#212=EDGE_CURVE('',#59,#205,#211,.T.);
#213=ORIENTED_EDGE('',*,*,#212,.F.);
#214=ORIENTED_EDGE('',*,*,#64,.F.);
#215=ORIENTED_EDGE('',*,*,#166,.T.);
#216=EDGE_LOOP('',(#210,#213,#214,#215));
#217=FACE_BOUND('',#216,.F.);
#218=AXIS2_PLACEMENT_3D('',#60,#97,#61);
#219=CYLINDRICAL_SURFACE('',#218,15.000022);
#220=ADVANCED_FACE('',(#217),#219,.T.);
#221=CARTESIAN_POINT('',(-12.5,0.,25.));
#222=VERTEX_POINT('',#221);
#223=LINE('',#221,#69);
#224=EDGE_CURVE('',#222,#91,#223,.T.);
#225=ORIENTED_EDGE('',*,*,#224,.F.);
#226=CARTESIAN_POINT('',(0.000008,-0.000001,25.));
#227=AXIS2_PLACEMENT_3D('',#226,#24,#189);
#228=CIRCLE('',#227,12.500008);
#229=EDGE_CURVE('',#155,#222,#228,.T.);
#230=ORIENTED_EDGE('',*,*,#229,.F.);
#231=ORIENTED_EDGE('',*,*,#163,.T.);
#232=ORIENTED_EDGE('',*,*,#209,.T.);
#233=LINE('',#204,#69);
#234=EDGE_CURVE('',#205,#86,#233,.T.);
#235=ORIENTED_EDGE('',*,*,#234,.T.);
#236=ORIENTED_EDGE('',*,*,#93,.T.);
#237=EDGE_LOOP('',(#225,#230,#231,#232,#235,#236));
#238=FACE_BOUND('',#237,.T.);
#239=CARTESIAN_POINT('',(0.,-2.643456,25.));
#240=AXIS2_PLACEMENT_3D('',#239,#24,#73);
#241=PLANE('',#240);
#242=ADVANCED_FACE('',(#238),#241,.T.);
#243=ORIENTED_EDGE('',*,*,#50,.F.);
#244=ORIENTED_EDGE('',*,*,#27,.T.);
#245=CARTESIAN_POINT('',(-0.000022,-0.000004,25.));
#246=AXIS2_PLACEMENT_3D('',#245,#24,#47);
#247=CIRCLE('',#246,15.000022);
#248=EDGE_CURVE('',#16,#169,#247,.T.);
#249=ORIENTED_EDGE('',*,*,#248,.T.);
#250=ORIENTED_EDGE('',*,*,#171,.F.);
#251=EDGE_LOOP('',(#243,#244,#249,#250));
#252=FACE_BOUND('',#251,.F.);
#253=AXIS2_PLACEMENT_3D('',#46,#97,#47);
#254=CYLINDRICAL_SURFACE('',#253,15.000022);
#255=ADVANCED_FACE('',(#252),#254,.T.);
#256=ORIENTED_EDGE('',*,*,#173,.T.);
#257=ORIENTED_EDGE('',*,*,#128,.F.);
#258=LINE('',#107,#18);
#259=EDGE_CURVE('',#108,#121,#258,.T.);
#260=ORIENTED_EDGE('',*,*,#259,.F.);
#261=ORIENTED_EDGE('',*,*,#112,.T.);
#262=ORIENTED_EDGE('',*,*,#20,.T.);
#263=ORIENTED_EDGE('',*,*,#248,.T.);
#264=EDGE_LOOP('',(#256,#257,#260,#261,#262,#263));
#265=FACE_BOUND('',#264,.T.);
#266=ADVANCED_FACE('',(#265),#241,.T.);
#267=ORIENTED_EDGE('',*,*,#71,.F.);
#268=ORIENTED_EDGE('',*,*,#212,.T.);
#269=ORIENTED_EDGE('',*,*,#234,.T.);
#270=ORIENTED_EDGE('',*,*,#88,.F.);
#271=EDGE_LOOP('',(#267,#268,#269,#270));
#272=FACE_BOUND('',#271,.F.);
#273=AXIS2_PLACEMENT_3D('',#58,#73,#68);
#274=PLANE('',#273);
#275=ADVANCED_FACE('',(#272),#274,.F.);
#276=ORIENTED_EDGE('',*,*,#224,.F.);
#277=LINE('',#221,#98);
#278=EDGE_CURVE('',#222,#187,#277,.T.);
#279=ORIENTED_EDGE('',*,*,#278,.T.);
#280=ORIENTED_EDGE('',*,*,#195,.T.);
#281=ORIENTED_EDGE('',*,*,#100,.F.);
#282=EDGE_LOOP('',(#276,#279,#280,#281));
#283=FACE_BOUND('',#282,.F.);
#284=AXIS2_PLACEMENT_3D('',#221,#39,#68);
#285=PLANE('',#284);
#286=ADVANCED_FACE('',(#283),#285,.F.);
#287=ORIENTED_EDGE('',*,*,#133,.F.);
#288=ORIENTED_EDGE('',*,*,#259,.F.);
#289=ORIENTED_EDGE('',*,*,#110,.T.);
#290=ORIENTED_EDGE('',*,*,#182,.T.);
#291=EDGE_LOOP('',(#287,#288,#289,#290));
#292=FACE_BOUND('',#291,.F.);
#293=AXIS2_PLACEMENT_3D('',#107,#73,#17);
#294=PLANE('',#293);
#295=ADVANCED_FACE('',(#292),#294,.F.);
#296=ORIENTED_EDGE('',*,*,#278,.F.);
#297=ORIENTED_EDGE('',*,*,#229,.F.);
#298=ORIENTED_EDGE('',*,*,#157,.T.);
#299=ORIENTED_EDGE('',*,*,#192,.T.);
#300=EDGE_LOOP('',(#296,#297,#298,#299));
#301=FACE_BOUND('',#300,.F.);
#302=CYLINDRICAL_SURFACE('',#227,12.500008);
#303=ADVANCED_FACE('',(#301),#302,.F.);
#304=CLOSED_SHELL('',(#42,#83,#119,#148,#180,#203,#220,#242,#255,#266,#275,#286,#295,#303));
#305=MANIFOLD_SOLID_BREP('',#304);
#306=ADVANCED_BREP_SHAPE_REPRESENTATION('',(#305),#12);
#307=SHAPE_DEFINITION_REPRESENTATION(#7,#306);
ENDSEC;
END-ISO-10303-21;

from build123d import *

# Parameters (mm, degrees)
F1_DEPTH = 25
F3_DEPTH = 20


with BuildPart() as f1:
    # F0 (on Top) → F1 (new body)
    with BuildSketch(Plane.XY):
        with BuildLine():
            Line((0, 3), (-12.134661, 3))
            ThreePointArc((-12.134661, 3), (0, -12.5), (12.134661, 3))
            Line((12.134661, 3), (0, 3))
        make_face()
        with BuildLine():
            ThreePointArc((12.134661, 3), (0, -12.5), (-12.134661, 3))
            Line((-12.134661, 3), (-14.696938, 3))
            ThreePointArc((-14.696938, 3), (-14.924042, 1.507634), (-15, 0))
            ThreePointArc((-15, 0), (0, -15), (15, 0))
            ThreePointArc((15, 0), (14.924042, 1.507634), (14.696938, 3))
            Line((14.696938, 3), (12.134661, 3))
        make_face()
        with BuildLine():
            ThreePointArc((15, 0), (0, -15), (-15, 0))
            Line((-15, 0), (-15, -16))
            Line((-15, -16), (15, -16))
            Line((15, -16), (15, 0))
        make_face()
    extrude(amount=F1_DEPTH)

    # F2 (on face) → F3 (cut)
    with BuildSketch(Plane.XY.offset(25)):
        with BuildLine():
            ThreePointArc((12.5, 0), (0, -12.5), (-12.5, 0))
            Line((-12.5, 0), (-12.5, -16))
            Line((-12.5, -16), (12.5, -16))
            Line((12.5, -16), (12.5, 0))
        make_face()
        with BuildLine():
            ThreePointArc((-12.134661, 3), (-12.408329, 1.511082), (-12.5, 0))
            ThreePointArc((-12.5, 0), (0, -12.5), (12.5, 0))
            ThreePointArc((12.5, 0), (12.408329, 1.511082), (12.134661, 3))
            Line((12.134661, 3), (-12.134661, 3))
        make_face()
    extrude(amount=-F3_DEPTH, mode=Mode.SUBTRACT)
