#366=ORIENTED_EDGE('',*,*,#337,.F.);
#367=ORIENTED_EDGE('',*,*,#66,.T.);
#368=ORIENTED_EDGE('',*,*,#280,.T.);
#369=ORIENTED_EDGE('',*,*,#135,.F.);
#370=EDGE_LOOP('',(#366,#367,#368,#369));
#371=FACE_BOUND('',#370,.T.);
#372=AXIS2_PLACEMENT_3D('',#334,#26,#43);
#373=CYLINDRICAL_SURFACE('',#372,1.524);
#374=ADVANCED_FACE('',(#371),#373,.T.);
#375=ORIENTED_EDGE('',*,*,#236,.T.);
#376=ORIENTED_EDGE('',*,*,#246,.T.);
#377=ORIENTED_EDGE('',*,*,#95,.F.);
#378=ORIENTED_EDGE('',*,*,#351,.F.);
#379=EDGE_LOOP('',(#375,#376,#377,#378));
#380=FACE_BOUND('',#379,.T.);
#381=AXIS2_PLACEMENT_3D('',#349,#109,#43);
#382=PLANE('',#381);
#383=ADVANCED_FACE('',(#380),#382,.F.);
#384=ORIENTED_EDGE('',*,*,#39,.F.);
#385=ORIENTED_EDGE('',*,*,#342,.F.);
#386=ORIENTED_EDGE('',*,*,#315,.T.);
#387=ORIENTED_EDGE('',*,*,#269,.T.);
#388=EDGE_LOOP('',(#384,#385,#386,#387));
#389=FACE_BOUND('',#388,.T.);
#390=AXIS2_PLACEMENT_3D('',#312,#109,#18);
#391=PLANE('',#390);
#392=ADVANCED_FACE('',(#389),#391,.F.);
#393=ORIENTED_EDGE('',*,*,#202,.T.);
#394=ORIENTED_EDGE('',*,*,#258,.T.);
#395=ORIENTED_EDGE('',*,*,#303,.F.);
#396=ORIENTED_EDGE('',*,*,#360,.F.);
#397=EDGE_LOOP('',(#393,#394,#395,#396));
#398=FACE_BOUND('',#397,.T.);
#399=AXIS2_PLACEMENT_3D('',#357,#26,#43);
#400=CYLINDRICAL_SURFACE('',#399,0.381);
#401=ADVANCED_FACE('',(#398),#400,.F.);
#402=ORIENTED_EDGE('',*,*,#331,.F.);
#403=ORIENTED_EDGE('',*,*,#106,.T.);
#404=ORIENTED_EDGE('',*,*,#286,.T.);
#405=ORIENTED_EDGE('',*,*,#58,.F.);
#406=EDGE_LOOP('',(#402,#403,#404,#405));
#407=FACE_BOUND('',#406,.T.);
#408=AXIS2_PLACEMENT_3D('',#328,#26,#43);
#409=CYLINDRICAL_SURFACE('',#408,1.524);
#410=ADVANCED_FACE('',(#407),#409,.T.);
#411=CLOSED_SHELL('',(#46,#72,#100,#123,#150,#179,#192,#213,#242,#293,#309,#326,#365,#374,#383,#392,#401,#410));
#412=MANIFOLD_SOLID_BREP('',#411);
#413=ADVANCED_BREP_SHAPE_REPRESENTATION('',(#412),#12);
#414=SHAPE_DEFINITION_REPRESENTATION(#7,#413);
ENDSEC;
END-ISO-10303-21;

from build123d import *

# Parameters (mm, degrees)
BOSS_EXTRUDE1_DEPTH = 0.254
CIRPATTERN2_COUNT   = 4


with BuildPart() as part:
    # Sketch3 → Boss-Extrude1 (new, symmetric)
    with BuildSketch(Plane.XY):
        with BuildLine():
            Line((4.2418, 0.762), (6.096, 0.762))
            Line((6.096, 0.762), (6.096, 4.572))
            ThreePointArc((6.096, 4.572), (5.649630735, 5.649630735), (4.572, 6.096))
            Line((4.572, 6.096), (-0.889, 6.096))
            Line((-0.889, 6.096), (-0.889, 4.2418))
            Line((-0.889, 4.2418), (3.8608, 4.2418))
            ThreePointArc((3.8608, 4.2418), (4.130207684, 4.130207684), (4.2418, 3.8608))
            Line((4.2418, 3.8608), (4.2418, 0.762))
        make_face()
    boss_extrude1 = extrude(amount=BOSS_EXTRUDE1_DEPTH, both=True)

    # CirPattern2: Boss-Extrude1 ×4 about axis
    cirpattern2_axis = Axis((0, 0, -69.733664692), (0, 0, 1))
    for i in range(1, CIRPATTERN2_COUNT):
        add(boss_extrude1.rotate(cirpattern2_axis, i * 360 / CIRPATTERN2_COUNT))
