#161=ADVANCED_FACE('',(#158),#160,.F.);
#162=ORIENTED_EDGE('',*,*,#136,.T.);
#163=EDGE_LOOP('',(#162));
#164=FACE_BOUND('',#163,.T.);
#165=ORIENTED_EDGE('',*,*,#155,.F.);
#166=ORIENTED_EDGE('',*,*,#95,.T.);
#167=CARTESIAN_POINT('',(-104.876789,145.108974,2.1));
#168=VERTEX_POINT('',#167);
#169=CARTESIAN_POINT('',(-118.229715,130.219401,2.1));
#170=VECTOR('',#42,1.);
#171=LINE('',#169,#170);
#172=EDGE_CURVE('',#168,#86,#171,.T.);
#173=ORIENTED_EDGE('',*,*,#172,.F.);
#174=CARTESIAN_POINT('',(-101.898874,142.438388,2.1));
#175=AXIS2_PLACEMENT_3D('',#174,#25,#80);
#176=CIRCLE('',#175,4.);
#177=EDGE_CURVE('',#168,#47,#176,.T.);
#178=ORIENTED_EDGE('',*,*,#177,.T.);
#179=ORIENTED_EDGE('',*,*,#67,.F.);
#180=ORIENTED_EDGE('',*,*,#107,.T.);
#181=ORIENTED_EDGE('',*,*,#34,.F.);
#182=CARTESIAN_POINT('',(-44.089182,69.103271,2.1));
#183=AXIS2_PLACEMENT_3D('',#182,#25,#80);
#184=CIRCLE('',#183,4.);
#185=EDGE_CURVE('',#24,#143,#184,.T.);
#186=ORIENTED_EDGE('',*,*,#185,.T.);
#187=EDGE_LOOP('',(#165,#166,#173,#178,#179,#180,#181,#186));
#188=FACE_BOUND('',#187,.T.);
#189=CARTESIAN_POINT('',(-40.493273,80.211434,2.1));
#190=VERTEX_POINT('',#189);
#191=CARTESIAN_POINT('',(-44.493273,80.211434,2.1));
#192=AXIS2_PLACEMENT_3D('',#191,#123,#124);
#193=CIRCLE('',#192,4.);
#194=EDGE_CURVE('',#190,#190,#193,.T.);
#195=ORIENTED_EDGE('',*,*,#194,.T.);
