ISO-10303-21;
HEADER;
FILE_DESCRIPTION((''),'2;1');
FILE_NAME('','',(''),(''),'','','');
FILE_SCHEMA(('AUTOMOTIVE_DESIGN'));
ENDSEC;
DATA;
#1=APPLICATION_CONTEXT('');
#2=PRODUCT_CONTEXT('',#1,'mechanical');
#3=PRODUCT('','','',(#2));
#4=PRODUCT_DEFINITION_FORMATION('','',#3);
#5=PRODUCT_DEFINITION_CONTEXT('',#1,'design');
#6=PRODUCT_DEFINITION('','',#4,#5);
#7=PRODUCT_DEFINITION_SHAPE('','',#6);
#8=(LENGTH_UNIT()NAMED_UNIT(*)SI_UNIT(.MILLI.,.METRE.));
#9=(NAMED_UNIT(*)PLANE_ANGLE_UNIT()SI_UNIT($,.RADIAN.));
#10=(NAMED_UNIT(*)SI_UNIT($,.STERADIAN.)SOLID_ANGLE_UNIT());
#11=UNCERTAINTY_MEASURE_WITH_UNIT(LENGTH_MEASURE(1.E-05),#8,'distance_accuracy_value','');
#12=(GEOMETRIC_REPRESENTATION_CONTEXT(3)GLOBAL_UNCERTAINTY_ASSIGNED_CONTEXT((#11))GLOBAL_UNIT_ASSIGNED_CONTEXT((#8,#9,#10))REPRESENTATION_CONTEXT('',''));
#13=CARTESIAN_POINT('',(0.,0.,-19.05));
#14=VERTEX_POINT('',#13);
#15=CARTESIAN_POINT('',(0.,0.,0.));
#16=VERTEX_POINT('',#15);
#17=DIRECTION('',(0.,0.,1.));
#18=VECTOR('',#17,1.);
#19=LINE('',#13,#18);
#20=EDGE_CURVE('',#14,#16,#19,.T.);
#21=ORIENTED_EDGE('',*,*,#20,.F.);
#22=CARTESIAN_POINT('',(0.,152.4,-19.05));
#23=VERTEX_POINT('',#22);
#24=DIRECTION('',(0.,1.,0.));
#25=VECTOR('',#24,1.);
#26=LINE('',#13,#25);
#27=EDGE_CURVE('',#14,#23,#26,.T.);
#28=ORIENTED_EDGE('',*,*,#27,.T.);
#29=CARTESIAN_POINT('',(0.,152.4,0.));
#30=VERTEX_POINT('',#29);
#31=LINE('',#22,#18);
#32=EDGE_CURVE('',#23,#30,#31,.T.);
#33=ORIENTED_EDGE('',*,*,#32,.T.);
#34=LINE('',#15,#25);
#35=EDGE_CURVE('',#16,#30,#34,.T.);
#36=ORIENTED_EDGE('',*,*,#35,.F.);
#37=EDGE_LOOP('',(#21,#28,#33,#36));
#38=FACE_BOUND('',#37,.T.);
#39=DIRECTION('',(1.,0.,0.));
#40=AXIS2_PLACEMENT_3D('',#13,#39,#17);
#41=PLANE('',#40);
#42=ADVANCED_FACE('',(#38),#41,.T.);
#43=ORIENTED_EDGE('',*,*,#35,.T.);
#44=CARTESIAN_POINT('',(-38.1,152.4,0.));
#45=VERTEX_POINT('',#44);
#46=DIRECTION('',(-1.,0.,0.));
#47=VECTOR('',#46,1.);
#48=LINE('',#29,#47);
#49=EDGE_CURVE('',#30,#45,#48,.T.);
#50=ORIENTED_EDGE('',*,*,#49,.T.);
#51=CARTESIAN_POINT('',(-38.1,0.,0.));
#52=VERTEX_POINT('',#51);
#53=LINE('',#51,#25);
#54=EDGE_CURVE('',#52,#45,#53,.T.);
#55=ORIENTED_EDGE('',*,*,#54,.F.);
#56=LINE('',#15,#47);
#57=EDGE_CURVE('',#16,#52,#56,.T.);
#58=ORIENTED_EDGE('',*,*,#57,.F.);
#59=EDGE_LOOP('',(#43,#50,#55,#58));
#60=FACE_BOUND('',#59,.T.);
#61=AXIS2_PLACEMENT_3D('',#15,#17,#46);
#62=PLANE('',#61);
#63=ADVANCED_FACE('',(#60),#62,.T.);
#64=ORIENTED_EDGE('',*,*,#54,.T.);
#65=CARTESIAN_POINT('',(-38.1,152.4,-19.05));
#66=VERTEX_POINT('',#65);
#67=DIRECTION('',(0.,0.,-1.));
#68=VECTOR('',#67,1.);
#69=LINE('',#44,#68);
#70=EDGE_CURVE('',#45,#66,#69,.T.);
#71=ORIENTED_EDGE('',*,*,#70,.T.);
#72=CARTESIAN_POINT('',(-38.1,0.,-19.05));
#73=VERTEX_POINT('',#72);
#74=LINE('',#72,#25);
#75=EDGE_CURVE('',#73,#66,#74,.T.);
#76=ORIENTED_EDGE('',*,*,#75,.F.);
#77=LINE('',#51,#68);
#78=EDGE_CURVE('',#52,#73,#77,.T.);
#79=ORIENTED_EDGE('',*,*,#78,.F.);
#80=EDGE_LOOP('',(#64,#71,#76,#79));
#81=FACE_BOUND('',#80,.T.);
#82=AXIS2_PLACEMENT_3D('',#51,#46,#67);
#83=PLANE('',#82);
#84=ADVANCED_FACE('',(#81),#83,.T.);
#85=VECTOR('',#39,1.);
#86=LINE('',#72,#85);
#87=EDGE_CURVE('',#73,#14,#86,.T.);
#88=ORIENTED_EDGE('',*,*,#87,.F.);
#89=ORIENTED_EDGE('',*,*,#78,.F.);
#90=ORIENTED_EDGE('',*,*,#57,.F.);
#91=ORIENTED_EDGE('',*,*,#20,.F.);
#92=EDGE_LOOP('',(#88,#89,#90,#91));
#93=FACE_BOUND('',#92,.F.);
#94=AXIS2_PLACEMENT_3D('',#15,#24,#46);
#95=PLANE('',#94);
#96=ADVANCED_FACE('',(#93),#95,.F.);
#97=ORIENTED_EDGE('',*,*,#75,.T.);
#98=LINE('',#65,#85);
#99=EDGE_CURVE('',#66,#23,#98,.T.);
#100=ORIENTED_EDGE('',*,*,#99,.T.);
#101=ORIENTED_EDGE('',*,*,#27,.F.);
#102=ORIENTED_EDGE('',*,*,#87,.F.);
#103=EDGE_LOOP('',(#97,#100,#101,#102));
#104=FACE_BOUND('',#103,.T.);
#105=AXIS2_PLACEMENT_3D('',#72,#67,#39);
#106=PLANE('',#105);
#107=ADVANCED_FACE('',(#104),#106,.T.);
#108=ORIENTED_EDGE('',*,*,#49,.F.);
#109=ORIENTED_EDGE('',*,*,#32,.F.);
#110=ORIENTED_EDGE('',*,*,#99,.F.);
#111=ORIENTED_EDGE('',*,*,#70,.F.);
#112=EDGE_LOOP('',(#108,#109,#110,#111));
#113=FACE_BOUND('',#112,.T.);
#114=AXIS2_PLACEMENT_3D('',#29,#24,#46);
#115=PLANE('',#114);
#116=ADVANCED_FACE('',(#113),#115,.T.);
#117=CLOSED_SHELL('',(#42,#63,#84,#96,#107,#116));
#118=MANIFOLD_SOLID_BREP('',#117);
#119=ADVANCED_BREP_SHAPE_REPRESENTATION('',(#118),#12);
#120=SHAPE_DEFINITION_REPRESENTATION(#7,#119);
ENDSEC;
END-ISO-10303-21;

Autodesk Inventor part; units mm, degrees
ref_plane "YZ Plane" through (0, 0, 0) normal (1, 0, 0) x (0, 1, 0)
ref_plane "XZ Plane" through (0, 0, 0) normal (0, 1, 0) x (-1, 0, 0)
ref_plane "XY Plane" through (0, 0, 0) normal (0, 0, 1) x (1, 0, 0)
sketch "Sketch1" plane through (0, 0, 0) normal (0, 1, 0) x (-1, 0, 0)
  line L0 (0, 0) -> (38.1, 0)
  line L1 (38.1, 0) -> (38.1, -19.05)
  line L2 (38.1, -19.05) -> (0, -19.05)
  line L3 (0, -19.05) -> (0, 0)
  dimension "d0" = 38.1
  dimension "d1" = 19.05
extrude "Extrusion1" add sketch "Sketch1" along normal blind 152.4
properties part number "sideStage13Frame" material "Wood (Birch)"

* * * * *

## [About this exercise]
Look above for the line holding "#170=VECTOR('',#42,1.);", then set down exactly that line and every line after it up to and including the line holding "#194=EDGE_CURVE('',#190,#190,#193,.T.);", with nothing else.

## [Task output]
#170=VECTOR('',#42,1.);
#171=LINE('',#169,#170);
#172=EDGE_CURVE('',#168,#86,#171,.T.);
#173=ORIENTED_EDGE('',*,*,#172,.F.);
#174=CARTESIAN_POINT('',(-101.898874,142.438388,2.1));
#175=AXIS2_PLACEMENT_3D('',#174,#25,#80);
#176=CIRCLE('',#175,4.);
#177=EDGE_CURVE('',#168,#47,#176,.T.);
#178=ORIENTED_EDGE('',*,*,#177,.T.);
#179=ORIENTED_EDGE('',*,*,#67,.F.);
#180=ORIENTED_EDGE('',*,*,#107,.T.);
#181=ORIENTED_EDGE('',*,*,#34,.F.);
#182=CARTESIAN_POINT('',(-44.089182,69.103271,2.1));
#183=AXIS2_PLACEMENT_3D('',#182,#25,#80);
#184=CIRCLE('',#183,4.);
#185=EDGE_CURVE('',#24,#143,#184,.T.);
#186=ORIENTED_EDGE('',*,*,#185,.T.);
#187=EDGE_LOOP('',(#165,#166,#173,#178,#179,#180,#181,#186));
#188=FACE_BOUND('',#187,.T.);
#189=CARTESIAN_POINT('',(-40.493273,80.211434,2.1));
#190=VERTEX_POINT('',#189);
#191=CARTESIAN_POINT('',(-44.493273,80.211434,2.1));
#192=AXIS2_PLACEMENT_3D('',#191,#123,#124);
#193=CIRCLE('',#192,4.);
#194=EDGE_CURVE('',#190,#190,#193,.T.);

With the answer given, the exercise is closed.